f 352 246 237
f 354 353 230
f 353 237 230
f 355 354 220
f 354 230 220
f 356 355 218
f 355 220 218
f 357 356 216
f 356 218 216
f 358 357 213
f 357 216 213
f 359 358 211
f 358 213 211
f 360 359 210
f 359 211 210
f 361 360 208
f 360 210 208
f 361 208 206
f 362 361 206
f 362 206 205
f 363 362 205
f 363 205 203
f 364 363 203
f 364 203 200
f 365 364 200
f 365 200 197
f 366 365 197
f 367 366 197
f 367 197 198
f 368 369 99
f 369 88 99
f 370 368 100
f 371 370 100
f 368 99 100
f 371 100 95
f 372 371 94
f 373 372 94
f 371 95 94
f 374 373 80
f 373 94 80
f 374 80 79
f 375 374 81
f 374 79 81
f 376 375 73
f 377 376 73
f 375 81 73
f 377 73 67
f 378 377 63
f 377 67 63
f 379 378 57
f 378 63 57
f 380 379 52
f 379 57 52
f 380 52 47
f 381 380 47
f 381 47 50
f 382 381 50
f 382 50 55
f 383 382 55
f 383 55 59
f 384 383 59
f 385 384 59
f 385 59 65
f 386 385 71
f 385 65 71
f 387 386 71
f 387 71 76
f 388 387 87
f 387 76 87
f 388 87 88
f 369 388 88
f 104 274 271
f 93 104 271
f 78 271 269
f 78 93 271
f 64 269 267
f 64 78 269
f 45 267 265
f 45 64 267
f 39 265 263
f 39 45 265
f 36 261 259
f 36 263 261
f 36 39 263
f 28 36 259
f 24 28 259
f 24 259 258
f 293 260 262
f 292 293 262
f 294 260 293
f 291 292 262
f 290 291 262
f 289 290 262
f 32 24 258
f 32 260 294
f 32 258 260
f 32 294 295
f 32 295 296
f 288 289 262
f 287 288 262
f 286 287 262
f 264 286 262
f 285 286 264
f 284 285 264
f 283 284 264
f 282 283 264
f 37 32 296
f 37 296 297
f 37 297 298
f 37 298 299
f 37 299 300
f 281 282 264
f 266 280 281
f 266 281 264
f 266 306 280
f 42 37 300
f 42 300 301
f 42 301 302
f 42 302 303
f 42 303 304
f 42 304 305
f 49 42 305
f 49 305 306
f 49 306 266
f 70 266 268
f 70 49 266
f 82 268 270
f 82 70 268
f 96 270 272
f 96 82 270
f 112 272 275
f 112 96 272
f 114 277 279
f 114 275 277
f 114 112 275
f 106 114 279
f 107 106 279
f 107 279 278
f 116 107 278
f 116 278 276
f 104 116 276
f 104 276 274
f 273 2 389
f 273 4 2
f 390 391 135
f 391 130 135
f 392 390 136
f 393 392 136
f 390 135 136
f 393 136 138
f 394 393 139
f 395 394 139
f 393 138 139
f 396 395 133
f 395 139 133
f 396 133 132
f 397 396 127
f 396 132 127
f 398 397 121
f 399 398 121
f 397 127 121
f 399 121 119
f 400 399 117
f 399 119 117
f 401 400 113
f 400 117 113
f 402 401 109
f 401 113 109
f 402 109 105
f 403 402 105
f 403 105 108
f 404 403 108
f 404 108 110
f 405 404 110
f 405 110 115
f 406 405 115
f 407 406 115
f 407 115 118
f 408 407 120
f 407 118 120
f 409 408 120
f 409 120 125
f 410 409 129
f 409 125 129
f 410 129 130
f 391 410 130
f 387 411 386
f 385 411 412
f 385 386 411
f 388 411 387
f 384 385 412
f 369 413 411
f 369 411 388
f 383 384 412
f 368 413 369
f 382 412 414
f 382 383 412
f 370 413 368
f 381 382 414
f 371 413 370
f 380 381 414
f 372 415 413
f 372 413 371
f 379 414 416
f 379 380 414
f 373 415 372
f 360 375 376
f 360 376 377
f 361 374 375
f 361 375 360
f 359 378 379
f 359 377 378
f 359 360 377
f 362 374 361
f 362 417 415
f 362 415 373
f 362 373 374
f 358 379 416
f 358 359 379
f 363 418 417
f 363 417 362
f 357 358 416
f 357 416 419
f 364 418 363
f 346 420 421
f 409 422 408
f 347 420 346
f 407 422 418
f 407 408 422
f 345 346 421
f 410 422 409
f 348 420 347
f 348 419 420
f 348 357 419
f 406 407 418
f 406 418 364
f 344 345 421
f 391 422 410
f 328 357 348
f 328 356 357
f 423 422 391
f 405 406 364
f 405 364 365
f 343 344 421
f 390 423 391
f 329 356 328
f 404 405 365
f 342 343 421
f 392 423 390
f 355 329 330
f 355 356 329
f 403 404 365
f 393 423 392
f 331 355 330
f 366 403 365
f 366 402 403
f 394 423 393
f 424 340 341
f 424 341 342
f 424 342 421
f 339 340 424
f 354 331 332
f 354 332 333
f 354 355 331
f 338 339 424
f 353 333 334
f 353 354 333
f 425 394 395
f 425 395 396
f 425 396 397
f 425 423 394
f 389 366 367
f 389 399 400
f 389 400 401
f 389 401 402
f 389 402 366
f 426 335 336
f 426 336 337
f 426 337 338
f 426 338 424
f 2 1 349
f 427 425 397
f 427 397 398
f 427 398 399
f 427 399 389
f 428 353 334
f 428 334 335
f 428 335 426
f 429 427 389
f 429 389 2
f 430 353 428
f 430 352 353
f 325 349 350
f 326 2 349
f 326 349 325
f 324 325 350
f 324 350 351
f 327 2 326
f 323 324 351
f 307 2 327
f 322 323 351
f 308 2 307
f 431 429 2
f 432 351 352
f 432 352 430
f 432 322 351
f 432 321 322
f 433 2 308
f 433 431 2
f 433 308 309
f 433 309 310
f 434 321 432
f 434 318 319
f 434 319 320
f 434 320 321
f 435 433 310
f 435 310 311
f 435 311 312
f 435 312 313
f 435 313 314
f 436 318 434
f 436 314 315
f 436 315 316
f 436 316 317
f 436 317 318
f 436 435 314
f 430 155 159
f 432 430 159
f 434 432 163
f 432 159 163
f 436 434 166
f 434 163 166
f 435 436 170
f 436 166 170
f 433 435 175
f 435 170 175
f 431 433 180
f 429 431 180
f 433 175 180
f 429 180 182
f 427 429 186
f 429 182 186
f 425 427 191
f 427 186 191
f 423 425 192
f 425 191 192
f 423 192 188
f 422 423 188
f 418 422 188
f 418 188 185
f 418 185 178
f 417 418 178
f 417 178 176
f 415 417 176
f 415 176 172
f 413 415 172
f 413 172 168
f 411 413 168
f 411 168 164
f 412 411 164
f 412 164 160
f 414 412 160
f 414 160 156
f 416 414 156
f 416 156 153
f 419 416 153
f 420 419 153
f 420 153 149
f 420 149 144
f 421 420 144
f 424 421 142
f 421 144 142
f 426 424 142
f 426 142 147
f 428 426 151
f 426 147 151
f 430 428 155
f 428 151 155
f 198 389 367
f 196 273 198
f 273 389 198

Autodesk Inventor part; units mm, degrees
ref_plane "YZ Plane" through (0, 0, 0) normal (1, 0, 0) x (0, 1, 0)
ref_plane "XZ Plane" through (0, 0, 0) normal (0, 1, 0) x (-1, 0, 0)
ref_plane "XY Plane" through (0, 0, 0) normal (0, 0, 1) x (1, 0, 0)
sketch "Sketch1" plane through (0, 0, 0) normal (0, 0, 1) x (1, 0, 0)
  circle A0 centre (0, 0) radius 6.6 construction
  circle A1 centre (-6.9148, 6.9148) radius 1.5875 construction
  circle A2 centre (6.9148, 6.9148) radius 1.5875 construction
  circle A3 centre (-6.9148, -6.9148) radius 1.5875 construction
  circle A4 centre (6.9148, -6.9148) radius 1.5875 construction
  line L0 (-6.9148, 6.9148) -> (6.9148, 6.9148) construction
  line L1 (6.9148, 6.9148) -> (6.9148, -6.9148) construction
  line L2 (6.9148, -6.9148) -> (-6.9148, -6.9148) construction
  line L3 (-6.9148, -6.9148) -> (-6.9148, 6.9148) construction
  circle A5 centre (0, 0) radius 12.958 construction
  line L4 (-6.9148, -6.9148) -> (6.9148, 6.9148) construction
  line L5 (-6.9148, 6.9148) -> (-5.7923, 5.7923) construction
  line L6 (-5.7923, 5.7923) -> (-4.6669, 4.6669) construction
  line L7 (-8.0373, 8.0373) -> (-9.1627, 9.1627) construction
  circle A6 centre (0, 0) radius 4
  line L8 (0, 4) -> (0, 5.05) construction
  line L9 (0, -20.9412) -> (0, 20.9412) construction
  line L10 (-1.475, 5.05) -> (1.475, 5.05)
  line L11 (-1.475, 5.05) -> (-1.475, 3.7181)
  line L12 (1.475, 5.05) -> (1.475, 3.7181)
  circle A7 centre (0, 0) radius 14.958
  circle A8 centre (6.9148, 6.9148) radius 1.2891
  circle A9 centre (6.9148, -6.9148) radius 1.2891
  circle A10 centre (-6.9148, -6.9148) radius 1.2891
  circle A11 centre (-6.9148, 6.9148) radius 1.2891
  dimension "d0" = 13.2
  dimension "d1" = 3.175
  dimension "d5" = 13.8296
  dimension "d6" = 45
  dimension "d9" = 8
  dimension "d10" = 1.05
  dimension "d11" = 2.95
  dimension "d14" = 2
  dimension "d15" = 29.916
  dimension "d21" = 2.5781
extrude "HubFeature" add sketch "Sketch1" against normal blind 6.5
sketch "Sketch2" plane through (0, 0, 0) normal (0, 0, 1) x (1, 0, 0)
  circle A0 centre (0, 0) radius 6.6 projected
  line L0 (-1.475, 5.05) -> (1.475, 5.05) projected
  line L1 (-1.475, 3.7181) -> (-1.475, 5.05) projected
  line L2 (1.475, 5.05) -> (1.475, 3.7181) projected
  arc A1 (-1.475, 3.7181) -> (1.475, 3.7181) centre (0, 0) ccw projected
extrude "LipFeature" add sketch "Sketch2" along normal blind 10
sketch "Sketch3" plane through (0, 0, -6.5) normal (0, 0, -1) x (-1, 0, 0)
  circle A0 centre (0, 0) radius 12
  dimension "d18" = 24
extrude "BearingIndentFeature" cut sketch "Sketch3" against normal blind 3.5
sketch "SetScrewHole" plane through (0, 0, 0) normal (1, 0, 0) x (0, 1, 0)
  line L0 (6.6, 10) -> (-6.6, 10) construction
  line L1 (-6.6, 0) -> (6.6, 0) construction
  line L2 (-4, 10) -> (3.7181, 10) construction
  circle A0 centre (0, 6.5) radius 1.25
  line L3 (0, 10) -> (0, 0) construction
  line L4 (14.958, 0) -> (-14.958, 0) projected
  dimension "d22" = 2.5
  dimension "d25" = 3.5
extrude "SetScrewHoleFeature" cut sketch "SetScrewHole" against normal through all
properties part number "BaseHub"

- _Your objective_
Where a line above holds the string "extrude", copy that line.

- _Solution below_
extrude "HubFeature" add sketch "Sketch1" against normal blind 6.5
extrude "LipFeature" add sketch "Sketch2" along normal blind 10
extrude "BearingIndentFeature" cut sketch "Sketch3" against normal blind 3.5
extrude "SetScrewHoleFeature" cut sketch "SetScrewHole" against normal through all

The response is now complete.